I was trying to use some pine scrap that I picked up at a business that uses it to make crates for shipping. I was wondering if I get some decent wood, how long does it usually take to get good at box joints? I need all the help I can get.

Thanks
John


----------



## harrysin (Jan 15, 2007)

John, my experience with packing crate Pine is no better than yours. I've found that it's best to use a backer board when working with any wood that's prone to breakout. Here is a link to a post I did after testing the Oak Park jig for the first time, note that a decent pusher is essential for constantly good results. Do let us see some photos taken during the making of your first box, worts and all, this way members will be able to offer any help necessary together with praise when warranted.

http://www.routerforums.com/50925-post1.html


----------



## Bob N (Oct 12, 2004)

Hi John,

As Harry already stated, a backer push board will give you the best results, even on questionable wood. Sounds like the rest of what you are using should do just fine.


----------



## Hamlin (Dec 25, 2005)

Hi, 

You need to use a backer board/push block. And no offense to the straight bit but, try using a spiral bit.


----------



## bobj3 (Jan 17, 2006)

Hi John

Just a add to the other post 
If you watch Bob R. you will note that he will use thin stock ( 3/8" or 1/2" ) the norm,,,he knows that he asking alot from the bit to make one pass in the stock for the joint...and he almost always will use the 3/8" jig,, I don't recall seeing him use 1/2" bit and 3/4" thick stock..if you do you are ask the bit to do alot of work by pulling that much out in one pass,,,it just can move it out that fast and will build up just a little bit on the out side of the bit and will push the stock out of it's way ( chip out/rip out) pine is very soft and will give in the presser of the bit... so to say if you make 2 or 3 passes your joint will come out clean, don't rush the job once it's done you can't put it back in place... like they say haste makes waste ,this is very true for the box joint....if you don't want to slow down you can use the sandwitch way,,this will support the pass on both sides of the board,,,and help keep the wood filbers from being ripped out by the bit...1/8" or 1/4" MDF works well for the sandwitch way....but it must be clamped up very tight .

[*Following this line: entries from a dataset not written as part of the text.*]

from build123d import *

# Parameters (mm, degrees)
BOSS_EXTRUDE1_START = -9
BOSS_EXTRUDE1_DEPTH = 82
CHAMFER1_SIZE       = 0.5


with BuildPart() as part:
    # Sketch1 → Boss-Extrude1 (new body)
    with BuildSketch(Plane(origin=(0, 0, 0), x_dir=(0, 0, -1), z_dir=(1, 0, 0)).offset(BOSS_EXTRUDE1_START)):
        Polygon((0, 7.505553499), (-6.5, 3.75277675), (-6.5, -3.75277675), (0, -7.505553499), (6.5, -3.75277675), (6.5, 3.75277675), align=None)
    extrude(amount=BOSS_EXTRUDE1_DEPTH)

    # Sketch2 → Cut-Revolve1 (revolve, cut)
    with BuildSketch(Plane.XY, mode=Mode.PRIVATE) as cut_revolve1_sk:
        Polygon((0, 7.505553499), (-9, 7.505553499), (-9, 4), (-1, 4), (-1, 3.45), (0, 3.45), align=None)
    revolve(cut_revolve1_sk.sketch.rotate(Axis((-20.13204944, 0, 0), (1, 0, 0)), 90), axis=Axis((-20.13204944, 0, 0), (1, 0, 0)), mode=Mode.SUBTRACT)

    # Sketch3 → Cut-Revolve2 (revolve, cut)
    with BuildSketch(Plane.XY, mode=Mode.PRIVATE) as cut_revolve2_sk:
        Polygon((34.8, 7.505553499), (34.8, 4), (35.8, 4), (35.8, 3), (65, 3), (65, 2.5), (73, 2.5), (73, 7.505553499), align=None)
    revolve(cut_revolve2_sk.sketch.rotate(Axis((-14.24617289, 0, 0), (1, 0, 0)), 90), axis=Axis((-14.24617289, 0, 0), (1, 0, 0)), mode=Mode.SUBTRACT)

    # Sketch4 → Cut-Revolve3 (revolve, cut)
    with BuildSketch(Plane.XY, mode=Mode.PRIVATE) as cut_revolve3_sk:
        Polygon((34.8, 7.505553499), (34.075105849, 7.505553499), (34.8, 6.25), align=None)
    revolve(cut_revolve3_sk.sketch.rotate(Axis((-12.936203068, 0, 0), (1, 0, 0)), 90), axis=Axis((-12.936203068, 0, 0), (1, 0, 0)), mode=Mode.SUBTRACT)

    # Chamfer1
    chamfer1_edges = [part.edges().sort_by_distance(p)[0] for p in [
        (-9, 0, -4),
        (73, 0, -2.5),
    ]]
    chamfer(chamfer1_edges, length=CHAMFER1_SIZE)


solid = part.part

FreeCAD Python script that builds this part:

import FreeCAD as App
import Part
import Sketcher

V = App.Vector
Q = App.Units.Quantity


def edges_at(feature, points):
    """Names of the edges that pass closest to the given points."""
    edges = feature.Shape.Edges
    near = lambda p: min(range(len(edges)), key=lambda i: edges[i].distToShape(Part.Vertex(*p))[0])
    return sorted({f"Edge{near(p) + 1}" for p in points})

doc = App.newDocument("Part")
body = doc.addObject("PartDesign::Body", "Body")

sketch1 = doc.addObject("Sketcher::SketchObject", "Sketch")
body.addObject(sketch1)
sketch1.AttachmentSupport = (doc.YZ_Plane, [""])
sketch1.MapMode = "FlatFace"
sketch1.AttachmentOffset = App.Placement(V(0, 0, -9), App.Rotation())
sketch1.addGeometry([
    Part.LineSegment(V(8, 0, 0), V(4, 6, 0)),
    Part.LineSegment(V(4, 6, 0), V(-4, 6, 0)),
    Part.LineSegment(V(-4, 6, 0), V(-8, 0, 0)),
    Part.LineSegment(V(-8, 0, 0), V(-4, -6, 0)),
    Part.LineSegment(V(-4, -6, 0), V(4, -6, 0)),
    Part.LineSegment(V(4, -6, 0), V(8, 0, 0)),
], False)
sketch1.addConstraint([
    Sketcher.Constraint("Coincident", 0, 2, 1, 1),
    Sketcher.Constraint("Coincident", 1, 2, 2, 1),
    Sketcher.Constraint("Coincident", 2, 2, 3, 1),
    Sketcher.Constraint("Coincident", 3, 2, 4, 1),
    Sketcher.Constraint("Coincident", 4, 2, 5, 1),
    Sketcher.Constraint("Coincident", 5, 2, 0, 1),
    Sketcher.Constraint("Horizontal", 1),
    Sketcher.Constraint("Horizontal", 4),
    Sketcher.Constraint("Symmetric", 0, 2, 3, 2, -1, 1),
    Sketcher.Constraint("Symmetric", 2, 2, 5, 2, -1, 1),
    Sketcher.Constraint("PointOnObject", 2, 2, -1),
    Sketcher.Constraint("Parallel", 2, 5),
    Sketcher.Constraint("Vertical", 1, 2, 3, 2),
    Sketcher.Constraint("Angle", 0, Q("120 deg")),
    Sketcher.Constraint("DistanceY", 3, 2, 1, 2, Q("13 mm")),
    Sketcher.Constraint("DistanceX", 1, 2, 1, 1, Q("7.505554 mm")),
])
pad1 = doc.addObject("PartDesign::Pad", "Pad")
body.addObject(pad1)
pad1.Profile = sketch1
pad1.Length = 82

sketch2 = doc.addObject("Sketcher::SketchObject", "Sketch001")
body.addObject(sketch2)
sketch2.AttachmentSupport = (doc.XY_Plane, [""])
sketch2.MapMode = "FlatFace"
sketch2.addGeometry([
    Part.LineSegment(V(0, 7.5, 0), V(-9, 7.5, 0)),
    Part.LineSegment(V(-9, 7.5, 0), V(-9, 4, 0)),
    Part.LineSegment(V(-9, 4, 0), V(-1, 4, 0)),
    Part.LineSegment(V(-1, 4, 0), V(-1, 3.5, 0)),
    Part.LineSegment(V(-1, 3.5, 0), V(0, 3.5, 0)),
    Part.LineSegment(V(0, 3.5, 0), V(0, 7.5, 0)),
], False)
sketch2.addConstraint([
    Sketcher.Constraint("Coincident", 0, 2, 1, 1),
    Sketcher.Constraint("Coincident", 1, 2, 2, 1),
    Sketcher.Constraint("Coincident", 2, 2, 3, 1),
    Sketcher.Constraint("Coincident", 3, 2, 4, 1),
    Sketcher.Constraint("Coincident", 4, 2, 5, 1),
    Sketcher.Constraint("Coincident", 5, 2, 0, 1),
    Sketcher.Constraint("Horizontal", 0),
    Sketcher.Constraint("Vertical", 1),
    Sketcher.Constraint("Horizontal", 2),
    Sketcher.Constraint("Vertical", 3),
    Sketcher.Constraint("Horizontal", 4),
    Sketcher.Constraint("Vertical", 5),
    Sketcher.Constraint("PointOnObject", 4, 2, -2),
    Sketcher.Constraint("DistanceX", 0, 2, 0, 1, Q("9 mm")),
    Sketcher.Constraint("DistanceX", 2, 1, 2, 2, Q("8 mm")),
    Sketcher.Constraint("DistanceY", -1, 1, 1, 2, Q("4 mm")),
    Sketcher.Constraint("DistanceY", 3, 2, 3, 1, Q("0.55 mm")),
    Sketcher.Constraint("DistanceY", 1, 2, 1, 1, Q("3.505553 mm")),
])
groove = doc.addObject("PartDesign::Groove", "Groove")
body.addObject(groove)
groove.Profile = sketch2
groove.ReferenceAxis = (sketch2, ["H_Axis"])
groove.Angle = 360

sketch3 = doc.addObject("Sketcher::SketchObject", "Sketch002")
body.addObject(sketch3)
sketch3.AttachmentSupport = (doc.XY_Plane, [""])
sketch3.MapMode = "FlatFace"
sketch3.addGeometry([
    Part.LineSegment(V(34.8, 7.5, 0), V(34.8, 4, 0)),
    Part.LineSegment(V(34.8, 4, 0), V(35.8, 4, 0)),
    Part.LineSegment(V(35.8, 4, 0), V(35.8, 3, 0)),
    Part.LineSegment(V(35.8, 3, 0), V(65, 3, 0)),
    Part.LineSegment(V(65, 3, 0), V(65, 2.5, 0)),
    Part.LineSegment(V(65, 2.5, 0), V(73, 2.5, 0)),
    Part.LineSegment(V(73, 2.5, 0), V(73, 7.5, 0)),
    Part.LineSegment(V(73, 7.5, 0), V(34.8, 7.5, 0)),
], False)
sketch3.addConstraint([
    Sketcher.Constraint("Coincident", 0, 2, 1, 1),
    Sketcher.Constraint("Coincident", 1, 2, 2, 1),
    Sketcher.Constraint("Coincident", 2, 2, 3, 1),
    Sketcher.Constraint("Coincident", 3, 2, 4, 1),
    Sketcher.Constraint("Coincident", 4, 2, 5, 1),
    Sketcher.Constraint("Coincident", 5, 2, 6, 1),
    Sketcher.Constraint("Coincident", 6, 2, 7, 1),
    Sketcher.Constraint("Coincident", 7, 2, 0, 1),
    Sketcher.Constraint("Vertical", 0),
    Sketcher.Constraint("Horizontal", 1),
    Sketcher.Constraint("Vertical", 2),
    Sketcher.Constraint("Horizontal", 3),
    Sketcher.Constraint("Vertical", 4),
    Sketcher.Constraint("Horizontal", 5),
    Sketcher.Constraint("Vertical", 6),
    Sketcher.Constraint("Horizontal", 7),
    Sketcher.Constraint("Equal", 1, 2),
    Sketcher.Constraint("DistanceX", 1, 1, 1, 2, Q("1 mm")),
    Sketcher.Constraint("DistanceX", 5, 1, 5, 2, Q("8 mm")),
    Sketcher.Constraint("DistanceX", 3, 1, 3, 2, Q("29.2 mm")),
    Sketcher.Constraint("DistanceY", 4, 2, 4, 1, Q("0.5 mm")),
    Sketcher.Constraint("DistanceY", -1, 1, 0, 2, Q("4 mm")),
    Sketcher.Constraint("DistanceX", -1, 1, 3, 2, Q("65 mm")),
    Sketcher.Constraint("DistanceY", 0, 2, 0, 1, Q("3.505553 mm")),
])
groove2 = doc.addObject("PartDesign::Groove", "Groove001")
body.addObject(groove2)
groove2.Profile = sketch3
groove2.ReferenceAxis = (sketch3, ["H_Axis"])
groove2.Angle = 360

sketch4 = doc.addObject("Sketcher::SketchObject", "Sketch003")
body.addObject(sketch4)
sketch4.AttachmentSupport = (doc.XY_Plane, [""])
sketch4.MapMode = "FlatFace"
sketch4.addGeometry([
    Part.LineSegment(V(34.8, 7.5, 0), V(34.1, 7.5, 0)),
    Part.LineSegment(V(34.1, 7.5, 0), V(34.8, 6.2, 0)),
    Part.LineSegment(V(34.8, 6.2, 0), V(34.8, 7.5, 0)),
], False)
sketch4.addConstraint([
    Sketcher.Constraint("Coincident", 0, 2, 1, 1),
    Sketcher.Constraint("Coincident", 1, 2, 2, 1),
    Sketcher.Constraint("Coincident", 2, 2, 0, 1),
    Sketcher.Constraint("Horizontal", 0),
    Sketcher.Constraint("Vertical", 2),
    Sketcher.Constraint("Angle", 1, Q("-60 deg")),
    Sketcher.Constraint("DistanceX", -1, 1, 1, 2, Q("34.8 mm")),
    Sketcher.Constraint("DistanceY", -1, 1, 1, 2, Q("6.25 mm")),
    Sketcher.Constraint("Distance", 1, Q("1.449788 mm")),
])
groove3 = doc.addObject("PartDesign::Groove", "Groove002")
body.addObject(groove3)
groove3.Profile = sketch4
groove3.ReferenceAxis = (sketch4, ["H_Axis"])
groove3.Angle = 360
doc.recompute()

chamfer = doc.addObject("PartDesign::Chamfer", "Chamfer")
body.addObject(chamfer)
chamfer.Base = (groove3, edges_at(groove3, [(-9, 0, -4), (73, 0, -2.5)]))
chamfer.Size = 0.5

doc.recompute()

below you will see a micky mouse drawing that may help 

========

=====



jtfoodguy said:


> I recently started woodworking and I bought the Oak Park box jig, I tried it out and I was wondering if its normal to get alot of tear out on some types of wood? I was using a 1/2" straight bit from a MLCS and a Bosch 1617 router.
> I was trying to use some pine scrap that I picked up at a business that uses it to make crates for shipping. I was wondering if I get some decent wood, how long does it usually take to get good at box joints? I need all the help I can get.
> 
> Thanks
> John


----------



## levon (Sep 14, 2008)

lots of us less experienced woodworkers dont think of tearout going into a workpiece. this simple drawing of bobj's is valuable in teaching newcomers about router bits.


----------



## Hamlin (Dec 25, 2005)

To add to Bj's reply. If you pay real close attention, Bob & Rick both use spiral bits and not the straight bit. The bit itself will make a difference in tear-out.


----------



## levon (Sep 14, 2008)

bobj's post reminds me that most tools that spin have positive and negative forces and results. when i got my belt-disc sander i decided to try it out. when i used the disc sander, i quickly found out on one side of the disc it holds your workpiece down, on the other side it pushes it up.to someone who has had these tools for awhile, its just a fact of life. to an inexperienced woodworker, its a learing experience.


----------



## Greeneyedeagle (Feb 15, 2009)

I too noticed that they are using a spiral bit and the whole time I was thinking about a straight bit. But... does anyone think it would be better to use a upward or downward spiral bit? Not sure since the router is mounted in the table upside down. It seems that a bit that would pull the bits downward out of the way would be better than the opposite. Comments?


----------



## jtfoodguy (Nov 29, 2008)

Thanks for all the replies, I will try again next weekend and let you know how it goes. That's what I love about these forums is the wealth of knowledge. I tried to cut the same piece of wood on my scroll saw and it tore chunks out on it too.

Thanks
John


----------



## bobj3 (Jan 17, 2006)

HI John

You are putting the slots in with the grain right, not across the grain..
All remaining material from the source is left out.